__Task__
Each line from the start of the records through the line containing "v -160.573 -119.232 0" is to be transcribed exactly, and no other line is to be included.

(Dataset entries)
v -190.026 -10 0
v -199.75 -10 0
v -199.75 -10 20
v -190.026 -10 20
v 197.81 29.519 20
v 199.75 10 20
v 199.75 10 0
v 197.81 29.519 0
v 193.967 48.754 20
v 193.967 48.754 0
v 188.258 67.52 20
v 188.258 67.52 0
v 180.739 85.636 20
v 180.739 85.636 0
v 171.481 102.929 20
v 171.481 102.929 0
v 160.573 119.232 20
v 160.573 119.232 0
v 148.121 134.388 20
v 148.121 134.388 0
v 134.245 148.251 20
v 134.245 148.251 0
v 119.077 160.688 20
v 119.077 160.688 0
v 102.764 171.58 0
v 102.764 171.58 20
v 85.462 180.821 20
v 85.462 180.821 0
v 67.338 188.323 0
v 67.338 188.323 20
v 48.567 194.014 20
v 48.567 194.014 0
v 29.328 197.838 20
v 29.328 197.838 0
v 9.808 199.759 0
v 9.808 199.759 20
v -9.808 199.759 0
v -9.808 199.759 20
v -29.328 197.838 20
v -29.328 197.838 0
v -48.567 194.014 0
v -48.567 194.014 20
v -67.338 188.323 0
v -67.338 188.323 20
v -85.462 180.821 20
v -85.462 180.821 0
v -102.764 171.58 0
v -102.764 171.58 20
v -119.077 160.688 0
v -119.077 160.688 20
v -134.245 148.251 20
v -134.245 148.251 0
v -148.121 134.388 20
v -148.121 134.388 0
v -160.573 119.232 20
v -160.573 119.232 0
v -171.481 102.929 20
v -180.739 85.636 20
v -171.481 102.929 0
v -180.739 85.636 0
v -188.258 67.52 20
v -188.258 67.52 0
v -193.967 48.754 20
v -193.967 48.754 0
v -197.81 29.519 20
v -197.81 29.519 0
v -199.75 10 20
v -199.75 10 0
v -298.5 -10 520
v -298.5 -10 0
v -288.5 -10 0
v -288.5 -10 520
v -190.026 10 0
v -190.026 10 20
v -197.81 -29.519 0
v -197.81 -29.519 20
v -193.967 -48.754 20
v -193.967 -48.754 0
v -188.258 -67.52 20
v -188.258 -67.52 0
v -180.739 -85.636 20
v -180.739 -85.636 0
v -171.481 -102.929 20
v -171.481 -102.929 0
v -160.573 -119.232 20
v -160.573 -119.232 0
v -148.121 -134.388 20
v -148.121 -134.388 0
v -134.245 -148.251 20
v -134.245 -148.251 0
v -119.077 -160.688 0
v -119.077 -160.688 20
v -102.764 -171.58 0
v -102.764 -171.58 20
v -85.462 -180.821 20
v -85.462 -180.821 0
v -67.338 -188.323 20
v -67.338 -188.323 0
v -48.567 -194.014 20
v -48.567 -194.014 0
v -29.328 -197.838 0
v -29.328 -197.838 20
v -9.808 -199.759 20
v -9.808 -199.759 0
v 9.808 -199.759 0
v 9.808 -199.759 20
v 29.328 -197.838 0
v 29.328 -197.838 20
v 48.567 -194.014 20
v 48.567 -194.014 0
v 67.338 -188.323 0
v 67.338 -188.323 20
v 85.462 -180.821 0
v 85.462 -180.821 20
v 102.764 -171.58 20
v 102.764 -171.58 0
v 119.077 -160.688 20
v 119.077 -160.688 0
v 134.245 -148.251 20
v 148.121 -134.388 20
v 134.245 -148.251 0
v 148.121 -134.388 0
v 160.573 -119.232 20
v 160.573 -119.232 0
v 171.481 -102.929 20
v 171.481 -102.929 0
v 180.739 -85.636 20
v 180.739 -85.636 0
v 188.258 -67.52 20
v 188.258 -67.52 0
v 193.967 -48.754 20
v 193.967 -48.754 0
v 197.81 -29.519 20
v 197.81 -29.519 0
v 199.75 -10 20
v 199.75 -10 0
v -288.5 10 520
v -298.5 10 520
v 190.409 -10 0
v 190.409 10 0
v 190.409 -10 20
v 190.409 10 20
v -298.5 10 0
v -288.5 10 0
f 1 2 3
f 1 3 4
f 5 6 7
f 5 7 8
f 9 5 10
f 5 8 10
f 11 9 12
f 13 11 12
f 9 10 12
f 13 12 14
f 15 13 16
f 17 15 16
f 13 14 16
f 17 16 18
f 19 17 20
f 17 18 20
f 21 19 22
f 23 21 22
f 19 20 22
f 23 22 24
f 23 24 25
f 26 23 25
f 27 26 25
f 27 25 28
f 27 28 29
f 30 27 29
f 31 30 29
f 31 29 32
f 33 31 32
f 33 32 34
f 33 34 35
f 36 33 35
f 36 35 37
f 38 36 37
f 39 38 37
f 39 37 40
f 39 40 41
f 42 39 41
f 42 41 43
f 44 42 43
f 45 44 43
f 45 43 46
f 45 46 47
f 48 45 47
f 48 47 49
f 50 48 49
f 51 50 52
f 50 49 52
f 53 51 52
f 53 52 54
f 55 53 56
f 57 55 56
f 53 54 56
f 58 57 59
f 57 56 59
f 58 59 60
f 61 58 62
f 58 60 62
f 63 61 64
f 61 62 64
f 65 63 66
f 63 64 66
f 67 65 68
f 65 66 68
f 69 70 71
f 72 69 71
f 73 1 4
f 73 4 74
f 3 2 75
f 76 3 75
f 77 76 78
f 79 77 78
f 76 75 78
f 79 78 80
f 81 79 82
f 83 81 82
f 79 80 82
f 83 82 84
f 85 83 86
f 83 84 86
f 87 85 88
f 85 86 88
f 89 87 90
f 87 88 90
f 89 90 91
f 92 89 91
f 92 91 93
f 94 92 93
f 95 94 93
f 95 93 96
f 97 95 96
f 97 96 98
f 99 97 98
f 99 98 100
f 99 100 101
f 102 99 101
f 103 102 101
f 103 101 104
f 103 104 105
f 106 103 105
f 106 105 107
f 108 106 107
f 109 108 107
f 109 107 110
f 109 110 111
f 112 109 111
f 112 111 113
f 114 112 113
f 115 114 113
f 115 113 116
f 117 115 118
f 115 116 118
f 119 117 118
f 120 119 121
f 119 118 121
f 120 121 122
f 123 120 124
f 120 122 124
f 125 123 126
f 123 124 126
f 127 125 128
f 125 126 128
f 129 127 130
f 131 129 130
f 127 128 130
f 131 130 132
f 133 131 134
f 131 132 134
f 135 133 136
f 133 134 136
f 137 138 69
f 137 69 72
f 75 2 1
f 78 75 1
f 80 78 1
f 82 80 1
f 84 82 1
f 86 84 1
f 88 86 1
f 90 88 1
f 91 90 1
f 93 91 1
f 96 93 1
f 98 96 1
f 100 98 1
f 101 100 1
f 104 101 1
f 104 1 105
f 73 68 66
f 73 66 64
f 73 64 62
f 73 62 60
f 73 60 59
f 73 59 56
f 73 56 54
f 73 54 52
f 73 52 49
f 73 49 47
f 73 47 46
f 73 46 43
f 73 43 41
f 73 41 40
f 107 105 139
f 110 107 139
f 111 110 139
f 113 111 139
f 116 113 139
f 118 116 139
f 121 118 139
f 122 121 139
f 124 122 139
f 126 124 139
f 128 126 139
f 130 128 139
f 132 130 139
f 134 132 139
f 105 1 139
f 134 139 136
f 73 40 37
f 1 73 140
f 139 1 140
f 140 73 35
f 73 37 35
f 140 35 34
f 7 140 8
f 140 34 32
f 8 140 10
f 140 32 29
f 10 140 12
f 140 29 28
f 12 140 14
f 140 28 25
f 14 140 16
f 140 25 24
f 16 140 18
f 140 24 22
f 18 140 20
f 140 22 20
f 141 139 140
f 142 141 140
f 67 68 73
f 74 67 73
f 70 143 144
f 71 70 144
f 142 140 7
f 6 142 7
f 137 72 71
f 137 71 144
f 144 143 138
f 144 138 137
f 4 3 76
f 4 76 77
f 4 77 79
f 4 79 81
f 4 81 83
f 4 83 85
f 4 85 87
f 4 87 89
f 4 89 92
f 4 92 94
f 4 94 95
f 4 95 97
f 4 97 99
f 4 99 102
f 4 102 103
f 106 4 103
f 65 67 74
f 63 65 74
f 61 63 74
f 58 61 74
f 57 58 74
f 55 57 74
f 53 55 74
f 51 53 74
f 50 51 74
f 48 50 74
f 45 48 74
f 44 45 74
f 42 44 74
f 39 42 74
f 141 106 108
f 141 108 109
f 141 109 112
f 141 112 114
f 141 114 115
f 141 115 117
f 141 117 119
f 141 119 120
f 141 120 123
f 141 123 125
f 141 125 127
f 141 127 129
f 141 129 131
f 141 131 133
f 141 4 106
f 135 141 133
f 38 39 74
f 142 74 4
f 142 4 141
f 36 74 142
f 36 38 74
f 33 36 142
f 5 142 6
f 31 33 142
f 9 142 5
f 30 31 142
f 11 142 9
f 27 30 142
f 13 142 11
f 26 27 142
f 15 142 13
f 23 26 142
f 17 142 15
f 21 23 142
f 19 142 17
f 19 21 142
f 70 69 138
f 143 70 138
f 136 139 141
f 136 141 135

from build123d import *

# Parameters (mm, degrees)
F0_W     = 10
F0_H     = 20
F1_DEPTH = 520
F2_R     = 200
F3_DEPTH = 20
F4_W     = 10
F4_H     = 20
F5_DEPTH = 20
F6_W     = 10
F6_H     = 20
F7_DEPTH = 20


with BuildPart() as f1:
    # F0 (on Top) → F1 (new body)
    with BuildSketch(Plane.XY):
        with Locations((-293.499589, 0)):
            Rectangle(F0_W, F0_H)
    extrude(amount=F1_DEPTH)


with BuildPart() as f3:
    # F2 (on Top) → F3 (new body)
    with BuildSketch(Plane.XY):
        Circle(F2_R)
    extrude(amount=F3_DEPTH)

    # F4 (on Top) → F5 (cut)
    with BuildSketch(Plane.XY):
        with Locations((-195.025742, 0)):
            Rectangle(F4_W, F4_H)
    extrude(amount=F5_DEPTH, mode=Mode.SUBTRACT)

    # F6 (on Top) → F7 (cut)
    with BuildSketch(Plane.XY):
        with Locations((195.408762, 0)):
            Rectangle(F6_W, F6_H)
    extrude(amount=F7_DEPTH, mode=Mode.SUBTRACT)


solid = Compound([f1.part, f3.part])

__Written answer__
v -190.026 -10 0
v -199.75 -10 0
v -199.75 -10 20
v -190.026 -10 20
v 197.81 29.519 20
v 199.75 10 20
v 199.75 10 0
v 197.81 29.519 0
v 193.967 48.754 20
v 193.967 48.754 0
v 188.258 67.52 20
v 188.258 67.52 0
v 180.739 85.636 20
v 180.739 85.636 0
v 171.481 102.929 20
v 171.481 102.929 0
v 160.573 119.232 20
v 160.573 119.232 0
v 148.121 134.388 20
v 148.121 134.388 0
v 134.245 148.251 20
v 134.245 148.251 0
v 119.077 160.688 20
v 119.077 160.688 0
v 102.764 171.58 0
v 102.764 171.58 20
v 85.462 180.821 20
v 85.462 180.821 0
v 67.338 188.323 0
v 67.338 188.323 20
v 48.567 194.014 20
v 48.567 194.014 0
v 29.328 197.838 20
v 29.328 197.838 0
v 9.808 199.759 0
v 9.808 199.759 20
v -9.808 199.759 0
v -9.808 199.759 20
v -29.328 197.838 20
v -29.328 197.838 0
v -48.567 194.014 0
v -48.567 194.014 20
v -67.338 188.323 0
v -67.338 188.323 20
v -85.462 180.821 20
v -85.462 180.821 0
v -102.764 171.58 0
v -102.764 171.58 20
v -119.077 160.688 0
v -119.077 160.688 20
v -134.245 148.251 20
v -134.245 148.251 0
v -148.121 134.388 20
v -148.121 134.388 0
v -160.573 119.232 20
v -160.573 119.232 0
v -171.481 102.929 20
v -180.739 85.636 20
v -171.481 102.929 0
v -180.739 85.636 0
v -188.258 67.52 20
v -188.258 67.52 0
v -193.967 48.754 20
v -193.967 48.754 0
v -197.81 29.519 20
v -197.81 29.519 0
v -199.75 10 20
v -199.75 10 0
v -298.5 -10 520
v -298.5 -10 0
v -288.5 -10 0
v -288.5 -10 520
v -190.026 10 0
v -190.026 10 20
v -197.81 -29.519 0
v -197.81 -29.519 20
v -193.967 -48.754 20
v -193.967 -48.754 0
v -188.258 -67.52 20
v -188.258 -67.52 0
v -180.739 -85.636 20
v -180.739 -85.636 0
v -171.481 -102.929 20
v -171.481 -102.929 0
v -160.573 -119.232 20
v -160.573 -119.232 0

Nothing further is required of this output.